The little spare time we have these days between ever expanding work, commuting and sleeping, we spend glued to various devices instead of getting to know people around us. We may even sometimes get the idea we do know them (we have them on Facebook, right?) only to find out, when spending more time with them in 3D, that they are nothing like we have originally thought, and since we mostly portray ourselves as “awesome” online, the other face we have for people in real life is rarely better, more interesting, or smarter. That’s where our online dating plan fails. Unless we get to know someone well in real life, we rarely know them at all, and if we rarely interact with people in real life, the pool of potential partner candidates gets smaller.
With all the benefits of staying connected 24/7 there are some major downsides too.. let’s take the staple of any good relationship and dissect it: how is Trust doing in the age of online interactions?

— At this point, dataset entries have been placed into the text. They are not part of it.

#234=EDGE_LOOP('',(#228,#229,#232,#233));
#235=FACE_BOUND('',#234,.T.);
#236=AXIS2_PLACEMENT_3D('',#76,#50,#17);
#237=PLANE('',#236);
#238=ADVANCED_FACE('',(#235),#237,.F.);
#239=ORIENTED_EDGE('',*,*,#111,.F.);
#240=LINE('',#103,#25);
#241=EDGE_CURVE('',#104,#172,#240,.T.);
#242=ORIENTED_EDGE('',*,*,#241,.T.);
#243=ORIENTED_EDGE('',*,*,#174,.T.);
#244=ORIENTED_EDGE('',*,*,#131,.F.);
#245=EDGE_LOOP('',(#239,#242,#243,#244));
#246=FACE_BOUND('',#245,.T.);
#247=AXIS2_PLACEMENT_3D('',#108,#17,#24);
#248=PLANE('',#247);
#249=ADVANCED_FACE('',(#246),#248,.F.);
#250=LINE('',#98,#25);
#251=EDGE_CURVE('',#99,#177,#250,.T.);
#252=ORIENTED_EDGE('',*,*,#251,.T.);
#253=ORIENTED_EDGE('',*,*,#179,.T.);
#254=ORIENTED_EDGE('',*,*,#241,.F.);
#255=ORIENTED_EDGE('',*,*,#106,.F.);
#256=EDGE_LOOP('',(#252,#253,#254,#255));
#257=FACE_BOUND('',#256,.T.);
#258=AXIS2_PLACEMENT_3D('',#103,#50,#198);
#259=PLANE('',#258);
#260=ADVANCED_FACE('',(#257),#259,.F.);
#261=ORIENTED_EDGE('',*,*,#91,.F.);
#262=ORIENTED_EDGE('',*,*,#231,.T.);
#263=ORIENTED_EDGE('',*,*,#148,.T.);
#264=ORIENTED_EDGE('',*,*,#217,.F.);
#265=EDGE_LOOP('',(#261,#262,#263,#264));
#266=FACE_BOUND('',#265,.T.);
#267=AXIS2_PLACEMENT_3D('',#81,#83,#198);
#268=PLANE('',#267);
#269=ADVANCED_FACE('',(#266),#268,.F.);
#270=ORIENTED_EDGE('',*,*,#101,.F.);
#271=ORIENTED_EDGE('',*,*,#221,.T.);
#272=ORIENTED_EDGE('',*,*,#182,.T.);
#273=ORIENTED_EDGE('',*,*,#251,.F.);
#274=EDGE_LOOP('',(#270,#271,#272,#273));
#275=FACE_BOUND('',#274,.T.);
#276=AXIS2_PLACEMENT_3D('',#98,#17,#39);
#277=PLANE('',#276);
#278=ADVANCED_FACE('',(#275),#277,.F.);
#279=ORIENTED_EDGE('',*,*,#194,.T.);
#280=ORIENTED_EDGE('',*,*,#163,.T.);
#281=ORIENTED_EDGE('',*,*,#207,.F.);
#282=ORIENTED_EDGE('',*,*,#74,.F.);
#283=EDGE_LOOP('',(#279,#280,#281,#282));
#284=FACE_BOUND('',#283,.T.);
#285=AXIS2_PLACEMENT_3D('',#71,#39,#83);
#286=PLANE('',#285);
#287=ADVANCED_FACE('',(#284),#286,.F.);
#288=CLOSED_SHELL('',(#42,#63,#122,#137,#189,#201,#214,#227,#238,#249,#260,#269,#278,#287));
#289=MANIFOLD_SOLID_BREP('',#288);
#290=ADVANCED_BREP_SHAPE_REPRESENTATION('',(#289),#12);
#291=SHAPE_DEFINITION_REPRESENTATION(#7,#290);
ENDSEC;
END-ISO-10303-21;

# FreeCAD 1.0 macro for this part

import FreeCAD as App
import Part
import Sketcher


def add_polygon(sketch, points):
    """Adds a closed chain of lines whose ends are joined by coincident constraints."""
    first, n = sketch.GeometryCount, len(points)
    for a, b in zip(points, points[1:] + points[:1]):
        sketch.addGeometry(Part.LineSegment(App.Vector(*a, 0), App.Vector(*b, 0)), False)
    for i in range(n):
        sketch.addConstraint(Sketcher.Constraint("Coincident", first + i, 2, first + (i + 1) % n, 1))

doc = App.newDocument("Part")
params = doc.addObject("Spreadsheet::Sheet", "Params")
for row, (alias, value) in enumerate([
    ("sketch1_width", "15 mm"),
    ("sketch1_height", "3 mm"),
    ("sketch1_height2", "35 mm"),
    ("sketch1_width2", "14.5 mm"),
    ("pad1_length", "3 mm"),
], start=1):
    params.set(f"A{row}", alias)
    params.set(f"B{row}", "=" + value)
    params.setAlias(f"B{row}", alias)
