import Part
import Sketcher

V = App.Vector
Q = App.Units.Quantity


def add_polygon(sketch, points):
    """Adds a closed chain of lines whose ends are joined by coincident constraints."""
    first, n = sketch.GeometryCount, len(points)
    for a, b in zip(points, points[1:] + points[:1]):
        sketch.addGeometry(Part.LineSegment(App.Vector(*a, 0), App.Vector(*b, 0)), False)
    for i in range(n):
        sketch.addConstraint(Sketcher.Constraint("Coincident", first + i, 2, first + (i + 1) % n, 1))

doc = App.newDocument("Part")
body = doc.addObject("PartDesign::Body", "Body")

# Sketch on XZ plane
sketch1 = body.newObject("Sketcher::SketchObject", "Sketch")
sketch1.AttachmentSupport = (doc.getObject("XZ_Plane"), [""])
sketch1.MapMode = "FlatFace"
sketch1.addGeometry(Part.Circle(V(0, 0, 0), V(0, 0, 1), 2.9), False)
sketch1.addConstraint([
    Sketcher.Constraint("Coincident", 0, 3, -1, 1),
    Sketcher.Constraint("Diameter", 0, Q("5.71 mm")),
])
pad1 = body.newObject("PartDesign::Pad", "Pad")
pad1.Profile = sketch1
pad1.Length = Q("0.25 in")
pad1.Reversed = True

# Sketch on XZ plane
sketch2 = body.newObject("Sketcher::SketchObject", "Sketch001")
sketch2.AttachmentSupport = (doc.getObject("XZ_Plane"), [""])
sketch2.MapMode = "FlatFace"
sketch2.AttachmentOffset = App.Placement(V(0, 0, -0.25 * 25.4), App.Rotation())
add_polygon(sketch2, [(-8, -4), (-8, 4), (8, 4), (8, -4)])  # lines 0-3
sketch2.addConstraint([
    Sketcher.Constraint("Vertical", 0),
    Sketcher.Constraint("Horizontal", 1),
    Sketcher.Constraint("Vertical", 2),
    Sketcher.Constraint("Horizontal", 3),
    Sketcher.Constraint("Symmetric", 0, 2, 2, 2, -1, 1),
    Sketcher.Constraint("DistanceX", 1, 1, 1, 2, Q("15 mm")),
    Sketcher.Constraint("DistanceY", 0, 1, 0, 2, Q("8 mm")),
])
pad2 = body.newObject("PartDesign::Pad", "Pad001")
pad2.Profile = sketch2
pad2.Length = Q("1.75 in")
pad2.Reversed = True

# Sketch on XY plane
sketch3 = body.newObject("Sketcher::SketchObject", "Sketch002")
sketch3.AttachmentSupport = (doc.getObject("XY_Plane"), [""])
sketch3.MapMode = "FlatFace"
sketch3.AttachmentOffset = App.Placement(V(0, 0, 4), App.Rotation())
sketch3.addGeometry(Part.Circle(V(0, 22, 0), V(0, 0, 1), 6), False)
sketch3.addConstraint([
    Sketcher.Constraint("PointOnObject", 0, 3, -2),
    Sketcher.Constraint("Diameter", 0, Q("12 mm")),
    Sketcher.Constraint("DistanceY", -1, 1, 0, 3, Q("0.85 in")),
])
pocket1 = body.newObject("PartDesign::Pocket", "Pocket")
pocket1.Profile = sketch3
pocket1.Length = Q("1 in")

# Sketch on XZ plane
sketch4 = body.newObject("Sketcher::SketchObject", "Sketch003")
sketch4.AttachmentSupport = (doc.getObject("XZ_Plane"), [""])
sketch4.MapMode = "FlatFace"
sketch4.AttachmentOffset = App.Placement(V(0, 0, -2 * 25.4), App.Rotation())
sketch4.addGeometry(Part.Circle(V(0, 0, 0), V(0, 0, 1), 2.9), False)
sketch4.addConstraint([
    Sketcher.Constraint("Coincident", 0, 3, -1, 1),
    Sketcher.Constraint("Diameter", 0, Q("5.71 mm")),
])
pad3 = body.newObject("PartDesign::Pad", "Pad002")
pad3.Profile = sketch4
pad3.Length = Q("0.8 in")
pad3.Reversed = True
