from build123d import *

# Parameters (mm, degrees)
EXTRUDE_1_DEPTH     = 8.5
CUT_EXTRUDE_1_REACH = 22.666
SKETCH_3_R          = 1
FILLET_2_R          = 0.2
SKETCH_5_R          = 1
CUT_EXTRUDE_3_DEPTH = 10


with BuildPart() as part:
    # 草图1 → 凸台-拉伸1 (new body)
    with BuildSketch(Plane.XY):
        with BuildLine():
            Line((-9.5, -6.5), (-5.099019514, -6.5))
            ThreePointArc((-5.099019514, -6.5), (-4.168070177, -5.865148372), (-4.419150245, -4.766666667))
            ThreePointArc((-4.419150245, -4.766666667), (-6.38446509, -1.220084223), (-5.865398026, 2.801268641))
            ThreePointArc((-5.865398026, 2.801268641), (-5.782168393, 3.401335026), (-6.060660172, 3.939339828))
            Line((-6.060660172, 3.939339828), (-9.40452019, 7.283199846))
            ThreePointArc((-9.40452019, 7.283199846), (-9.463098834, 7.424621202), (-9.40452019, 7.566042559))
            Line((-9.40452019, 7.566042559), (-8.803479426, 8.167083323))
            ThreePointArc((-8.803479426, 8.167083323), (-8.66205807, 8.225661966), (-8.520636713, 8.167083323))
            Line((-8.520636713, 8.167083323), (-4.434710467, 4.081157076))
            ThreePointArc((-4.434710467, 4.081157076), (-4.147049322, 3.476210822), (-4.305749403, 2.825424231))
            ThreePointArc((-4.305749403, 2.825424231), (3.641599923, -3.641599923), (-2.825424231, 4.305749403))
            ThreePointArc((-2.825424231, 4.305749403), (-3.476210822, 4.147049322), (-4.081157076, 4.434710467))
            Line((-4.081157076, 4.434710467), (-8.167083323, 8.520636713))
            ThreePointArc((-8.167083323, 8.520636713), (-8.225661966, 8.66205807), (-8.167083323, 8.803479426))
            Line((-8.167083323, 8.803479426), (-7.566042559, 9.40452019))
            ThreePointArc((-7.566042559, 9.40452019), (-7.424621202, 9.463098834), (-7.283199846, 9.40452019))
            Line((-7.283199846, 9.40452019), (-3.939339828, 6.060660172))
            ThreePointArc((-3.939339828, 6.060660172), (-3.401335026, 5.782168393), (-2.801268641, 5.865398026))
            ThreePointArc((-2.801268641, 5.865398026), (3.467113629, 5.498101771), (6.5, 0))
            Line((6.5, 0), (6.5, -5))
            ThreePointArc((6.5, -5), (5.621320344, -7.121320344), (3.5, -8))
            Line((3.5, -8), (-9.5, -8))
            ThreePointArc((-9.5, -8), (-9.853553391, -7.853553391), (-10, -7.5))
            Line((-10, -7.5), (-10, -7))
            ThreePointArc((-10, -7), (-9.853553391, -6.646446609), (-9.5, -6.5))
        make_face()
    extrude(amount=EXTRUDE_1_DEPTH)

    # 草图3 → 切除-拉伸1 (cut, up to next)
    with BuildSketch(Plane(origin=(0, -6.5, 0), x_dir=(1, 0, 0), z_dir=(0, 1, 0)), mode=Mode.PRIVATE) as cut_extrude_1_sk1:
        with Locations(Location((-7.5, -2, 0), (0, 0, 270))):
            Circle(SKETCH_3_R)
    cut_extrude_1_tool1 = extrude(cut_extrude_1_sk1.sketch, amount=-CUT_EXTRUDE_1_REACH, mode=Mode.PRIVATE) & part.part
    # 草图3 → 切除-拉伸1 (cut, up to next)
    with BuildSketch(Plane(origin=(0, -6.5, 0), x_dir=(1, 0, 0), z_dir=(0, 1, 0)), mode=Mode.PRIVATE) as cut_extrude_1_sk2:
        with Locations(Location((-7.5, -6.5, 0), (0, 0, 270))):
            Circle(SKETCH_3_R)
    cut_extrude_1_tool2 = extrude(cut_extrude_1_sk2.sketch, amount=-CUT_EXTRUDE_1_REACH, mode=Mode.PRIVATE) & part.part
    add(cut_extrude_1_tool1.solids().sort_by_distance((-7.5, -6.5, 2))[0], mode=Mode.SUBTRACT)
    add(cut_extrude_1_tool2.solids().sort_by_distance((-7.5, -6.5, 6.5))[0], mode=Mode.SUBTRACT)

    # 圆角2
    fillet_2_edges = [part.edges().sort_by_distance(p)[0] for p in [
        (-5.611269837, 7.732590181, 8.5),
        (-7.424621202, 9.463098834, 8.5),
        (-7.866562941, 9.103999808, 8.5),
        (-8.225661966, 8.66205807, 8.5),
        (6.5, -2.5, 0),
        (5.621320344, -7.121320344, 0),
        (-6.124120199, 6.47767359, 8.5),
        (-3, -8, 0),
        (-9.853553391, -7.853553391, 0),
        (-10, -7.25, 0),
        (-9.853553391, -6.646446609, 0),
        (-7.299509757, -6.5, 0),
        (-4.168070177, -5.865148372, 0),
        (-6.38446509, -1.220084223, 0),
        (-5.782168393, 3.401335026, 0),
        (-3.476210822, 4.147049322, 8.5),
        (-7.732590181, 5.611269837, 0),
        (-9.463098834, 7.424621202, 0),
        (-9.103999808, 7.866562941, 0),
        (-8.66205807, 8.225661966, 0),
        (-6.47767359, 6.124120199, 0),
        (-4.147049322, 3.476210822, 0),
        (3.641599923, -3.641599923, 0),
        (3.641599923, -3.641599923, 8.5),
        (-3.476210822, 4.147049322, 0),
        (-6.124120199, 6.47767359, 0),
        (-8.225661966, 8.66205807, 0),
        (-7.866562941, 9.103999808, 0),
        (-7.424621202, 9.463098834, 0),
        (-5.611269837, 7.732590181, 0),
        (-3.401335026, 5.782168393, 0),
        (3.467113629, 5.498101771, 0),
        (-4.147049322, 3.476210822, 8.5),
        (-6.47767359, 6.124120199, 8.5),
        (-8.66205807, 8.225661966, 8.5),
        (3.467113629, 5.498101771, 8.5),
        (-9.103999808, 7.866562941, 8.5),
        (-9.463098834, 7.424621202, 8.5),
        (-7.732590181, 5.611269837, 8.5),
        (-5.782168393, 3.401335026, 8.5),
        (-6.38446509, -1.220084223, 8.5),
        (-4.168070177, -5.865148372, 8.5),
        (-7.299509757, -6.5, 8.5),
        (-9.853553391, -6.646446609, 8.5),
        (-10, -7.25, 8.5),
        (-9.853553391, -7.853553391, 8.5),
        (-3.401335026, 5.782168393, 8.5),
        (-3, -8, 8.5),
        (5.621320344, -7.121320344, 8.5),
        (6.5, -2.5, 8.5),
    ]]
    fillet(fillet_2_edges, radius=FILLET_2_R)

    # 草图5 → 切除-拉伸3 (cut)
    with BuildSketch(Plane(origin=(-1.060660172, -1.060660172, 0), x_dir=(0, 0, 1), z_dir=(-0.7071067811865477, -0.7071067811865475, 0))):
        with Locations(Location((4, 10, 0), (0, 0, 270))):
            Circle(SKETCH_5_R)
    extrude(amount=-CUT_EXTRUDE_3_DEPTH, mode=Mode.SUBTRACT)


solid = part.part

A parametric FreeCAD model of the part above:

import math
import FreeCAD as App
import Part
import Sketcher

V = App.Vector
Q = App.Units.Quantity


def edges_at(feature, points):
    """Names of the edges that pass closest to the given points."""
    edges = feature.Shape.Edges
    near = lambda p: min(range(len(edges)), key=lambda i: edges[i].distToShape(Part.Vertex(*p))[0])
    return sorted({f"Edge{near(p) + 1}" for p in points})

doc = App.newDocument("Part")
body = doc.addObject("PartDesign::Body", "Body")

# Sketch on XY plane
sketch1 = body.newObject("Sketcher::SketchObject", "Sketch")
sketch1.AttachmentSupport = (doc.getObject("XY_Plane"), [""])
sketch1.MapMode = "FlatFace"
sketch1.addGeometry([
    Part.LineSegment(V(-5.1, -6.5, 0), V(-9.5, -6.5, 0)),  # 0
    Part.ArcOfCircle(Part.Circle(V(-9.5, -7, 0), V(0, 0, 1), 0.5), math.radians(90), math.radians(180)),  # 1
    Part.LineSegment(V(-10, -7, 0), V(-10, -7.5, 0)),  # 2
    Part.ArcOfCircle(Part.Circle(V(-9.5, -7.5, 0), V(0, 0, 1), 0.5), math.radians(180), math.radians(270)),  # 3
    Part.LineSegment(V(-9.5, -8, 0), V(3.5, -8, 0)),  # 4
    Part.ArcOfCircle(Part.Circle(V(3.5, -5, 0), V(0, 0, 1), 3), math.radians(-90), math.radians(0)),  # 5
    Part.LineSegment(V(6.5, -5, 0), V(6.5, 0, 0)),  # 6
    Part.ArcOfCircle(Part.Circle(V(0, 0, 0), V(0, 0, 1), 6.5), math.radians(0), math.radians(116)),  # 7
    Part.ArcOfCircle(Part.Circle(V(-3.23, 6.77, 0), V(0, 0, 1), 1), math.radians(-135), math.radians(-64)),  # 8
    Part.LineSegment(V(-3.94, 6.06, 0), V(-7.28, 9.4, 0)),  # 9
    Part.ArcOfCircle(Part.Circle(V(-7.42, 9.26, 0), V(0, 0, 1), 0.2), math.radians(45), math.radians(135)),  # 10
    Part.LineSegment(V(-7.57, 9.4, 0), V(-8.17, 8.8, 0)),  # 11
    Part.ArcOfCircle(Part.Circle(V(-8.03, 8.66, 0), V(0, 0, 1), 0.2), math.radians(135), math.radians(225)),  # 12
    Part.LineSegment(V(-8.17, 8.52, 0), V(-4.08, 4.43, 0)),  # 13
    Part.ArcOfCircle(Part.Circle(V(-3.37, 5.14, 0), V(0, 0, 1), 1), math.radians(-135), math.radians(-57)),  # 14
    Part.ArcOfCircle(Part.Circle(V(0, 0, 0), V(0, 0, 1), 5.15), math.radians(147), math.radians(483)),  # 15
    Part.ArcOfCircle(Part.Circle(V(-5.14, 3.37, 0), V(0, 0, 1), 1), math.radians(-33), math.radians(45)),  # 16
    Part.LineSegment(V(-4.43, 4.08, 0), V(-8.52, 8.17, 0)),  # 17
    Part.ArcOfCircle(Part.Circle(V(-8.66, 8.03, 0), V(0, 0, 1), 0.2), math.radians(45), math.radians(135)),  # 18
    Part.LineSegment(V(-8.8, 8.17, 0), V(-9.4, 7.57, 0)),  # 19
    Part.ArcOfCircle(Part.Circle(V(-9.26, 7.42, 0), V(0, 0, 1), 0.2), math.radians(135), math.radians(225)),  # 20
    Part.LineSegment(V(-9.4, 7.28, 0), V(-6.06, 3.94, 0)),  # 21
    Part.ArcOfCircle(Part.Circle(V(-6.77, 3.23, 0), V(0, 0, 1), 1), math.radians(-26), math.radians(45)),  # 22
    Part.ArcOfCircle(Part.Circle(V(0, 0, 0), V(0, 0, 1), 6.5), math.radians(154), math.radians(227)),  # 23
    Part.ArcOfCircle(Part.Circle(V(-5.1, -5.5, 0), V(0, 0, 1), 1), math.radians(-90), math.radians(47)),  # 24
], False)
sketch1.addConstraint([
    Sketcher.Constraint("Tangent", 0, 2, 1, 1),
    Sketcher.Constraint("Tangent", 1, 2, 2, 1),
    Sketcher.Constraint("Tangent", 2, 2, 3, 1),
    Sketcher.Constraint("Tangent", 3, 2, 4, 1),
    Sketcher.Constraint("Tangent", 4, 2, 5, 1),
    Sketcher.Constraint("Tangent", 5, 2, 6, 1),
    Sketcher.Constraint("Tangent", 6, 2, 7, 1),
    Sketcher.Constraint("Tangent", 7, 2, 8, 2),
    Sketcher.Constraint("Tangent", 8, 1, 9, 1),
    Sketcher.Constraint("Tangent", 9, 2, 10, 1),
    Sketcher.Constraint("Tangent", 10, 2, 11, 1),
    Sketcher.Constraint("Tangent", 11, 2, 12, 1),
    Sketcher.Constraint("Tangent", 12, 2, 13, 1),
    Sketcher.Constraint("Tangent", 13, 2, 14, 1),
    Sketcher.Constraint("Tangent", 14, 2, 15, 2),
    Sketcher.Constraint("Tangent", 15, 1, 16, 1),
    Sketcher.Constraint("Tangent", 16, 2, 17, 1),
    Sketcher.Constraint("Tangent", 17, 2, 18, 1),
    Sketcher.Constraint("Tangent", 18, 2, 19, 1),
    Sketcher.Constraint("Tangent", 19, 2, 20, 1),
    Sketcher.Constraint("Tangent", 20, 2, 21, 1),
    Sketcher.Constraint("Tangent", 21, 2, 22, 2),
    Sketcher.Constraint("Tangent", 22, 1, 23, 1),
    Sketcher.Constraint("Tangent", 23, 2, 24, 2),
    Sketcher.Constraint("Tangent", 24, 1, 0, 1),
    Sketcher.Constraint("Horizontal", 0),
    Sketcher.Constraint("Vertical", 2),
    Sketcher.Constraint("Horizontal", 4),
    Sketcher.Constraint("Vertical", 6),
    Sketcher.Constraint("Coincident", 7, 3, -1, 1),
    Sketcher.Constraint("Coincident", 15, 3, -1, 1),
    Sketcher.Constraint("Coincident", 23, 3, -1, 1),
    Sketcher.Constraint("Equal", 1, 3),
    Sketcher.Constraint("Equal", 10, 12),
    Sketcher.Constraint("Equal", 8, 14),
    Sketcher.Constraint("Equal", 14, 16),
    Sketcher.Constraint("Equal", 12, 18),
    Sketcher.Constraint("Equal", 18, 20),
    Sketcher.Constraint("Equal", 16, 22),
    Sketcher.Constraint("Equal", 7, 23),
    Sketcher.Constraint("Equal", 22, 24),
    Sketcher.Constraint("Perpendicular", 9, 11),
    Sketcher.Constraint("Perpendicular", 11, 13),
    Sketcher.Constraint("Parallel", 13, 17),
    Sketcher.Constraint("Perpendicular", 17, 19),
    Sketcher.Constraint("Perpendicular", 19, 21),
    Sketcher.Constraint("Horizontal", 9, 2, 10, 2),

Trust is paramount, but in the world where an interesting conversation is often just a few clicks away, contact breeds familiarity and familiarity creates connections which may or may not develop into something more. We rarely trust ourselves to stick to our chosen partner and we often fail when the opportunity arises to create a path for a potential future romance, most often than not this happens consciously. Are we not happy with our existing choices? Have we settled for the wrong person? Sometimes. More often than not it’s just the many choices available, which lead to infidelity. If we ourselves are not capable of being faithful it’s unlikely we will ever trust anyone to be faithful to us. In situations like this, we don’t want to be hurt and definitely not cheated on, so quite often we steer off the track first, as we expect our partner would have done it sooner than later.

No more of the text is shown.